Knowledge Discovery from Social Media using Big Data provided Sentiment Analysis (SoMABiT)


Table of Contents


In today’s competitive business world, being aware of customer needs and market-oriented production is a key success factor for industries. To this aim, the use of efficient analytic algorithms ensures a better understanding of customer feedback and improves the next generation of products. Accordingly, the dramatic increase in using social media in daily life provides beneficial sources for market analytics. But how traditional analytic algorithms and methods can scale up for such disparate and multi-structured data sources is the main challenge in this regard. This paper presents and discusses the technological and scientific focus of the SoMABiT (Sentiment Analysis)as a social media analysis platform using big data technology. Sentiment analysis has been employed to discover knowledge from social media. The use of Map Reduces and developing a distributed algorithm towards an integrated platform that can scale for any data volume and provide a social media-driven knowledge is the main novelty of the proposed concept in comparison to the state-of-the-art technologies.

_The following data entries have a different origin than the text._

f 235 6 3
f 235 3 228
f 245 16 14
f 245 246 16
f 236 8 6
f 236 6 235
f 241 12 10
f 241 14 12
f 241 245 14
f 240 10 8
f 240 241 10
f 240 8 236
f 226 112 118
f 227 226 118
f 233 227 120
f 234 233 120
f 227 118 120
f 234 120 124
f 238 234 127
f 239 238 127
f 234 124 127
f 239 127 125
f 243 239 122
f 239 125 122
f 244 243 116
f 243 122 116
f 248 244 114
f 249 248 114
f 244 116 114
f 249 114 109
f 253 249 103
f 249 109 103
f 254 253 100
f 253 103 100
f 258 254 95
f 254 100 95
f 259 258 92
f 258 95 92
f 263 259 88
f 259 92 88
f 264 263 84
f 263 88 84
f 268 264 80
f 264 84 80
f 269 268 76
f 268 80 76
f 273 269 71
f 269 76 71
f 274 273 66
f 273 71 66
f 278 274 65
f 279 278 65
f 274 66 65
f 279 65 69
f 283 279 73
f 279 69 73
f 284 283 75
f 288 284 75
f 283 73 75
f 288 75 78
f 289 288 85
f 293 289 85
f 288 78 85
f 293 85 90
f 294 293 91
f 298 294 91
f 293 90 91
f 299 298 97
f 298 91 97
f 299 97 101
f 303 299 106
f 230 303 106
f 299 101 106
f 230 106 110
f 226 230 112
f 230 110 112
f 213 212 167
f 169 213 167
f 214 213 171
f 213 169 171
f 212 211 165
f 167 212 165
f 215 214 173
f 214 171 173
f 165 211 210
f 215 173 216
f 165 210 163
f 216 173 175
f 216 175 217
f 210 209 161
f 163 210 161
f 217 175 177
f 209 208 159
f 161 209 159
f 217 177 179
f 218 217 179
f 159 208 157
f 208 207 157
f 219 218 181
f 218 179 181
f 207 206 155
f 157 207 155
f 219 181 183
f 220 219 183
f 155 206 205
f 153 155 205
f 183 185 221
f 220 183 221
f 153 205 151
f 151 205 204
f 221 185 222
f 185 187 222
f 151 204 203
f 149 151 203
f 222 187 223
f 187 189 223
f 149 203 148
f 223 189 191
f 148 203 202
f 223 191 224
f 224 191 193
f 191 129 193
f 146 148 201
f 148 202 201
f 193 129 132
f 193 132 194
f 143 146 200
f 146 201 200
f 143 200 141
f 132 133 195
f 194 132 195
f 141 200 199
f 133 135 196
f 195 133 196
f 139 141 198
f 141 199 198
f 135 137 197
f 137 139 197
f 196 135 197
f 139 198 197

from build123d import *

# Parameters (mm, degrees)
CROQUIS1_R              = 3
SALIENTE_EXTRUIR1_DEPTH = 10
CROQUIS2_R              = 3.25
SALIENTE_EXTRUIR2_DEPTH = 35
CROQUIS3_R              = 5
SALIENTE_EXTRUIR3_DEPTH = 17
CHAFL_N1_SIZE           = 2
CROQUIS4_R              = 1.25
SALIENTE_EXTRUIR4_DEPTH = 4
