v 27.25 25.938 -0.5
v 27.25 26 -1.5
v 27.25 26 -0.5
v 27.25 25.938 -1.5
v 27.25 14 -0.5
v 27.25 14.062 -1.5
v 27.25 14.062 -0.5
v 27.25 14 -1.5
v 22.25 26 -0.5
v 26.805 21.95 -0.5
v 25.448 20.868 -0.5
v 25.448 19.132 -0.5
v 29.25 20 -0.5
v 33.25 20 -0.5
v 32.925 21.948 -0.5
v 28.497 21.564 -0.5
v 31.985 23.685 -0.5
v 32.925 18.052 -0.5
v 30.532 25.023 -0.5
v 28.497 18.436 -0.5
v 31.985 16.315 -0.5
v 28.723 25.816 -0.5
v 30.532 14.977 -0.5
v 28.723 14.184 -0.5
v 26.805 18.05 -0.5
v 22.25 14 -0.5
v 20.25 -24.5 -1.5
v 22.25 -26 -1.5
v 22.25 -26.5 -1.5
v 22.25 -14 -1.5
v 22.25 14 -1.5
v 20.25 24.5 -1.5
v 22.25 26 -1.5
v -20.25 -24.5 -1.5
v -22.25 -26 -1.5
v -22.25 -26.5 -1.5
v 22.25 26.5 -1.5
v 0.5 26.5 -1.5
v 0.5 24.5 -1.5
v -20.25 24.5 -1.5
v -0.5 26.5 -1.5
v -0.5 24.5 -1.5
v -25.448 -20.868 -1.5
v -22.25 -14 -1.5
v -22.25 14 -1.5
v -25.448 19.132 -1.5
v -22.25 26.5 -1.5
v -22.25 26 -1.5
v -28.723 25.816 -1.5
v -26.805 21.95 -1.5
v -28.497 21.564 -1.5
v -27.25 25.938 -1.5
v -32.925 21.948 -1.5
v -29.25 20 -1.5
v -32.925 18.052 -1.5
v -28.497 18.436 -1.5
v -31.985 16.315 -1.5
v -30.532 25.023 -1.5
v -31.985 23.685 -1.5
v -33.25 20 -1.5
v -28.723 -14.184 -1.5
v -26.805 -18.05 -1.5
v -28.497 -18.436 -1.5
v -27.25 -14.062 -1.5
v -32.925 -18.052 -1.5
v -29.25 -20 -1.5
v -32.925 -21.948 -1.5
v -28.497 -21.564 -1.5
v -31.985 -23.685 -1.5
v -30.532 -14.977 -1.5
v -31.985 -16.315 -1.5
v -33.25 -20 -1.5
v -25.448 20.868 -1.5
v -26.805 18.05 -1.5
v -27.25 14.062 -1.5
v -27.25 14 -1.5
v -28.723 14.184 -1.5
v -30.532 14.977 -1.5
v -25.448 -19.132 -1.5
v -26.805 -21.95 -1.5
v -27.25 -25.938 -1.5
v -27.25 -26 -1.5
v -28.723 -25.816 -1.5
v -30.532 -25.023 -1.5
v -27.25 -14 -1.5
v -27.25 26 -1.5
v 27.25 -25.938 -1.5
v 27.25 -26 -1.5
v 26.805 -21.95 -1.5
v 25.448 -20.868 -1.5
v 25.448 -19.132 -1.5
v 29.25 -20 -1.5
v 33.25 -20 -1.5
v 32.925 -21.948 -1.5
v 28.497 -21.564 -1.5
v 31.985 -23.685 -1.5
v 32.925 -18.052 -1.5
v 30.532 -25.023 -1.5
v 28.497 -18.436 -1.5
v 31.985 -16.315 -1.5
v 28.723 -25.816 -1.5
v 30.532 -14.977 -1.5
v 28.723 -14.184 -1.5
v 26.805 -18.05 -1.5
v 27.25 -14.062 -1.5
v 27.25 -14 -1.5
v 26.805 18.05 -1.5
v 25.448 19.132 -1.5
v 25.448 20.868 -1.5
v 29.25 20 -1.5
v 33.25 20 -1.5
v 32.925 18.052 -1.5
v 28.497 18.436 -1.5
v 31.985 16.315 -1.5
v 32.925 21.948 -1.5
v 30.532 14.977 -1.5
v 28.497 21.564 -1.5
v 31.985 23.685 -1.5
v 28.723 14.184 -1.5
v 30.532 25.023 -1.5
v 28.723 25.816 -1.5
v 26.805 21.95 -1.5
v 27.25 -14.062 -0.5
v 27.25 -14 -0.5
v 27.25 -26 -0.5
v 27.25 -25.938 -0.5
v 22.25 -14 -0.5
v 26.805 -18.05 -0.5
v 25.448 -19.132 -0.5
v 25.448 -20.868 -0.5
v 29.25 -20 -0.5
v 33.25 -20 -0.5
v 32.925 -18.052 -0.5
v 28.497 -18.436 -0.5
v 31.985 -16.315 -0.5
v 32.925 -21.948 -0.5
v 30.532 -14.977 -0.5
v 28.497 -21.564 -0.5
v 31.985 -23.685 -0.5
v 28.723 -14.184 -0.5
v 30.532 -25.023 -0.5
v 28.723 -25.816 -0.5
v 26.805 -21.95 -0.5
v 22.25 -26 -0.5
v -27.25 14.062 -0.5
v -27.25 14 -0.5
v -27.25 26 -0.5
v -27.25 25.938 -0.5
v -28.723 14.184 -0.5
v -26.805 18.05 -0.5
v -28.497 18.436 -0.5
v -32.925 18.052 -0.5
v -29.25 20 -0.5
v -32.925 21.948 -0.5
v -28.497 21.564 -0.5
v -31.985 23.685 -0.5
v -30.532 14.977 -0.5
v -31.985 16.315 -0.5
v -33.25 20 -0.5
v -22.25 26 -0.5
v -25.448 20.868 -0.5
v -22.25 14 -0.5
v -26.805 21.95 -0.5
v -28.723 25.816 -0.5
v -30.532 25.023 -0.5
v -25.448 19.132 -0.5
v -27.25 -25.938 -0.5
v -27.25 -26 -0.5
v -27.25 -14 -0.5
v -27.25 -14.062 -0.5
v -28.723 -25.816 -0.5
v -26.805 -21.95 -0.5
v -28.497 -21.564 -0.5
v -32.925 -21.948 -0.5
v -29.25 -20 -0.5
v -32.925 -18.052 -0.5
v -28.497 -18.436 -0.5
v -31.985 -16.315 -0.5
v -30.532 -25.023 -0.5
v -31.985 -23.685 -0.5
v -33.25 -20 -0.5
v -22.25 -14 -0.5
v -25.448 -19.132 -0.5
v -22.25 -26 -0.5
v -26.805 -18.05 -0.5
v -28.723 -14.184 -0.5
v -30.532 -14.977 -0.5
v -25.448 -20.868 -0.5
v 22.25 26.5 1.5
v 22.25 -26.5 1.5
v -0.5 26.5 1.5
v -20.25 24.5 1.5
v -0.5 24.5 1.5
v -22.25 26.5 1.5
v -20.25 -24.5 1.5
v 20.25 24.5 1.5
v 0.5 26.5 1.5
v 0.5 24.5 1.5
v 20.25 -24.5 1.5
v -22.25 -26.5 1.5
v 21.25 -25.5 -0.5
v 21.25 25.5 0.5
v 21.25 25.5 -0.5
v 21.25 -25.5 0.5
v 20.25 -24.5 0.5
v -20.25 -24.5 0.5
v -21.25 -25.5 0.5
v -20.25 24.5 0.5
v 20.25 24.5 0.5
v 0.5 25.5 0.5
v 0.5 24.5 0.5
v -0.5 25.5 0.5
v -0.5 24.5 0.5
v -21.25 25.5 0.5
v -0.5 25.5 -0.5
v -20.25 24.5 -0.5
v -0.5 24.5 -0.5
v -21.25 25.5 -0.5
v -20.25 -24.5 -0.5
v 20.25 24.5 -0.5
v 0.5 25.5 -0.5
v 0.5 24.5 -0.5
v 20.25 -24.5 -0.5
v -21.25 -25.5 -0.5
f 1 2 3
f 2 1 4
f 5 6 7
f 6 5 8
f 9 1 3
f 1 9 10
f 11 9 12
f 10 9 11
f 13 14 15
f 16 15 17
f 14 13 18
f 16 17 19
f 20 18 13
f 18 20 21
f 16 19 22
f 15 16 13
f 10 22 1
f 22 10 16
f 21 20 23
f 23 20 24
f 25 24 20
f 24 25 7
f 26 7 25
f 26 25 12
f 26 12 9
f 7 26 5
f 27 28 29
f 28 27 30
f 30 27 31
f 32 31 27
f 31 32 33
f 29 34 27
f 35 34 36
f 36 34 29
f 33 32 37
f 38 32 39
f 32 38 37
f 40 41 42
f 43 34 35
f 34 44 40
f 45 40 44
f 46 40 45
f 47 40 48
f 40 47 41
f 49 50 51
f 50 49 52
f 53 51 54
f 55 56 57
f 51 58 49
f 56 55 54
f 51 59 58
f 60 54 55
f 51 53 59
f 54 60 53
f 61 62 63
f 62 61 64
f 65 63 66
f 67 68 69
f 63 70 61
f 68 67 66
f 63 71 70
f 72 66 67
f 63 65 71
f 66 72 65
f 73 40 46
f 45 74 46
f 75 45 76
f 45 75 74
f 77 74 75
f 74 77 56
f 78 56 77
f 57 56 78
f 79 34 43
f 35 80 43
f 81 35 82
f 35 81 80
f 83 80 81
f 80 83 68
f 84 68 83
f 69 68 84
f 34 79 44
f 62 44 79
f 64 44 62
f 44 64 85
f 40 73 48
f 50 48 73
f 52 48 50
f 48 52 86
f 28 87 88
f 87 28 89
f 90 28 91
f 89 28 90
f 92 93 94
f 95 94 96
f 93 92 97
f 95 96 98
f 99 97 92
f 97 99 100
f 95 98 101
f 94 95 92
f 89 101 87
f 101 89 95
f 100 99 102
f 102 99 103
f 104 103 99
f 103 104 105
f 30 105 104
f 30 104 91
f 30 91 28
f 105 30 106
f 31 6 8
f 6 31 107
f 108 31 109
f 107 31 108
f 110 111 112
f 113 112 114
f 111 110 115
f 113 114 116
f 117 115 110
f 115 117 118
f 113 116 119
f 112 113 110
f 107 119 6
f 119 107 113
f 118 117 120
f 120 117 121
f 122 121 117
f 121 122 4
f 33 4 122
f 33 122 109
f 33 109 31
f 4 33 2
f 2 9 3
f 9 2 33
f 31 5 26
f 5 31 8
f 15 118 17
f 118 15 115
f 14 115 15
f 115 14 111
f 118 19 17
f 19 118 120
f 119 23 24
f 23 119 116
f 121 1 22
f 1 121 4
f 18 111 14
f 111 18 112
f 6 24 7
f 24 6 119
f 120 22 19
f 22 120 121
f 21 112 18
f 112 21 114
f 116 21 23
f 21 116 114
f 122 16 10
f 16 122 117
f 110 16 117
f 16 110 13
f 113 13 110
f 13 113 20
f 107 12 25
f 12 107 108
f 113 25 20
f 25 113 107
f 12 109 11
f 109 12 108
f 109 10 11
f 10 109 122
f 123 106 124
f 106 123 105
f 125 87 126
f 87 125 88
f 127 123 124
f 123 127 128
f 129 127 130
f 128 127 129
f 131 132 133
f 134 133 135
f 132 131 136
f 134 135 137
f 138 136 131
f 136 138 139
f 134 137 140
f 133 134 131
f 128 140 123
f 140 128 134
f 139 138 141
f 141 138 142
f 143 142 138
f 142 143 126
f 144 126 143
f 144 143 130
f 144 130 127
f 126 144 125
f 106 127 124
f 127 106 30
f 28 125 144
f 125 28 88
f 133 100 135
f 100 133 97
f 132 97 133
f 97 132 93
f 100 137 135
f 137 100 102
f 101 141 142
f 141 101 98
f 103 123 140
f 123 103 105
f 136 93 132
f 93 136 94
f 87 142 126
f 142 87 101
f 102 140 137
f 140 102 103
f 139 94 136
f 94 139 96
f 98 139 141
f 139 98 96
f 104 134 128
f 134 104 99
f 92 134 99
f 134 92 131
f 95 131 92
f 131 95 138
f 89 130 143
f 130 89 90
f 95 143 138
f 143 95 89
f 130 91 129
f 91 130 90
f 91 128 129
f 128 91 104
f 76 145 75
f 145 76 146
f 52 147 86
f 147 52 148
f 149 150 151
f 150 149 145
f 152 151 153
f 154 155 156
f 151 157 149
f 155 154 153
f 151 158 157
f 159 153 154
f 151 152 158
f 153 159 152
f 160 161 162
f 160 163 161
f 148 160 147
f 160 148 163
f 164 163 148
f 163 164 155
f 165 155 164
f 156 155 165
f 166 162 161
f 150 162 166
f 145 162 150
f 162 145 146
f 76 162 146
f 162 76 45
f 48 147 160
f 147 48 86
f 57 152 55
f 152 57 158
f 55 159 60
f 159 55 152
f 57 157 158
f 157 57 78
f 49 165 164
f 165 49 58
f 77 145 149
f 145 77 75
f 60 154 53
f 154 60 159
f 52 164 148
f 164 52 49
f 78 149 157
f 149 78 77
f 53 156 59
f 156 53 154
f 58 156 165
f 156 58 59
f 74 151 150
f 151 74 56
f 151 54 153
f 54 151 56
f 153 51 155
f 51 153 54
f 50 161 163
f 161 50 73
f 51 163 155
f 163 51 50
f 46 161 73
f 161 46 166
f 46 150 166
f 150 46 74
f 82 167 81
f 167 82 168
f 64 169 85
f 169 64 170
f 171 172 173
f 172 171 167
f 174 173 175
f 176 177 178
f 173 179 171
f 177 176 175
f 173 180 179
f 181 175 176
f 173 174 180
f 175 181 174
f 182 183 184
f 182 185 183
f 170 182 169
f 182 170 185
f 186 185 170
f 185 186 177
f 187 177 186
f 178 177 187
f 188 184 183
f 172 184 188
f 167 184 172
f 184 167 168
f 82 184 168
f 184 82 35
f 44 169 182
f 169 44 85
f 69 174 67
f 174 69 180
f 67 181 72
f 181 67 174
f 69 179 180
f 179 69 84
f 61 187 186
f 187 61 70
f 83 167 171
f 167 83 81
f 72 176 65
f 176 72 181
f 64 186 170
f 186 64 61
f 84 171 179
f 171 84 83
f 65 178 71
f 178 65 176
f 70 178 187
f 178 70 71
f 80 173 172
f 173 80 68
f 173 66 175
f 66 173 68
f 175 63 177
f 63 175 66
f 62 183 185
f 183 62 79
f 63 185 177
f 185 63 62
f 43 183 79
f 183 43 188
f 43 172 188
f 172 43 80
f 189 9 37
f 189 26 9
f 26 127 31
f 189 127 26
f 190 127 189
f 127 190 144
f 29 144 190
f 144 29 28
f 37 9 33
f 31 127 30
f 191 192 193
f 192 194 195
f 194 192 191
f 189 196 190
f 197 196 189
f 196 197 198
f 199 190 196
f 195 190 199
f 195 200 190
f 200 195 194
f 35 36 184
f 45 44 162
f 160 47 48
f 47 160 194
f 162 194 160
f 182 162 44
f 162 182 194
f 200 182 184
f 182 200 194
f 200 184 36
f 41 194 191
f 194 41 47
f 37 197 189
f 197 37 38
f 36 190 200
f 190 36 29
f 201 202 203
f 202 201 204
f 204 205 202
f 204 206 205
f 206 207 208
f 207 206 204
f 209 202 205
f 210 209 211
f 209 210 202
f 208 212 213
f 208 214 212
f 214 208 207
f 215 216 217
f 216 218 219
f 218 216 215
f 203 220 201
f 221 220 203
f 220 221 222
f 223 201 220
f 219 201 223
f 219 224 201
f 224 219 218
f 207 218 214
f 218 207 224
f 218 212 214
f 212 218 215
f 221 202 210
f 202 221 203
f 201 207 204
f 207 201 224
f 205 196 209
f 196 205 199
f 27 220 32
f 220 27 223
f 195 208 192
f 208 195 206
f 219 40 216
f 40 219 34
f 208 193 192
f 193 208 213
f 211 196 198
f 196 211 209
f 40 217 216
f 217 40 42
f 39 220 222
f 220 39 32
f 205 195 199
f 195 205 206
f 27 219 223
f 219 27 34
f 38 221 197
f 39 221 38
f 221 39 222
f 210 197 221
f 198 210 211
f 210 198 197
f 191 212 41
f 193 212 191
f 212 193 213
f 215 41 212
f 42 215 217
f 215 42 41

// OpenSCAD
PCB_LENGTH = 51;
PCB_WIDTH = 42.5;
PCB_HEIGHT = 1;
BORDER = 1;

module tab() {
 difference() {
  union() {
    translate([3,0,0]) cube([6,12,BORDER], center=true);
    translate([6,0,0]) cylinder(r=6,h=BORDER,center=true);
  }
  translate([6,0,0]) cylinder(r=2,h=BORDER*3,center=true);  
 }
}

TABX = PCB_WIDTH/2;
TABY = 20;
TABZ = -(BORDER/2 + PCB_HEIGHT/2);
union() {
 difference() {
  union() {
    cube([PCB_WIDTH+BORDER*2,PCB_LENGTH+BORDER*2,PCB_HEIGHT+BORDER*2], center=true);  
    translate([TABX,TABY,TABZ]) tab();
    translate([TABX,-TABY,TABZ]) tab();
    translate([-TABX,TABY,TABZ]) rotate([0,0,180]) tab();
    translate([-TABX,-TABY,TABZ]) rotate([0,0,180]) tab();
  }
  union() {
    cube([PCB_WIDTH,PCB_LENGTH,PCB_HEIGHT], center=true); // PCB
    cube([PCB_WIDTH-BORDER*2,PCB_LENGTH-BORDER*2,PCB_HEIGHT+BORDER*4], center=true); // PCB cutout
    translate([0,PCB_LENGTH/2,0])  cube([BORDER,BORDER*8,PCB_HEIGHT+BORDER*4], center=true); // opening cutout
  }
 }
}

NoSQL Databases; Big Data Analytics, Product Use Information, Social Media Analysis, Sentiment Analysis, Knowledge Discovery, Semantic Technologies


Scalable Decision Making (SDM) in data-intensive applications is a key challenge for enterprises dealing with big data. Complexity and expansion of resources and streams as well as velocity and variety of the data have led to difficulties in enterprise asset management [1]. In this context, scalable algorithms and semantic technologies for dynamic, economic and efficient management of information could facilitate the transition from current challenging situations into a scalable and adaptive decision support systems’ era in enterprise practices. As an example, in the air traffic management with data-intensive activities such as detection of a conflict between two arriving aircraft, a key challenge is to semantically integrate, analyze and interpret data such as trajectory with flight plans, etc., so that they can be used directly for negotiation and resolution of conflicts [2]. The most important factors in such a scenario are time, cost, and scalability. Applications should not only be nearly on-time and cost-effective but also adequate to scale up by enhancing data and processing demands and access via different types of platforms anytime.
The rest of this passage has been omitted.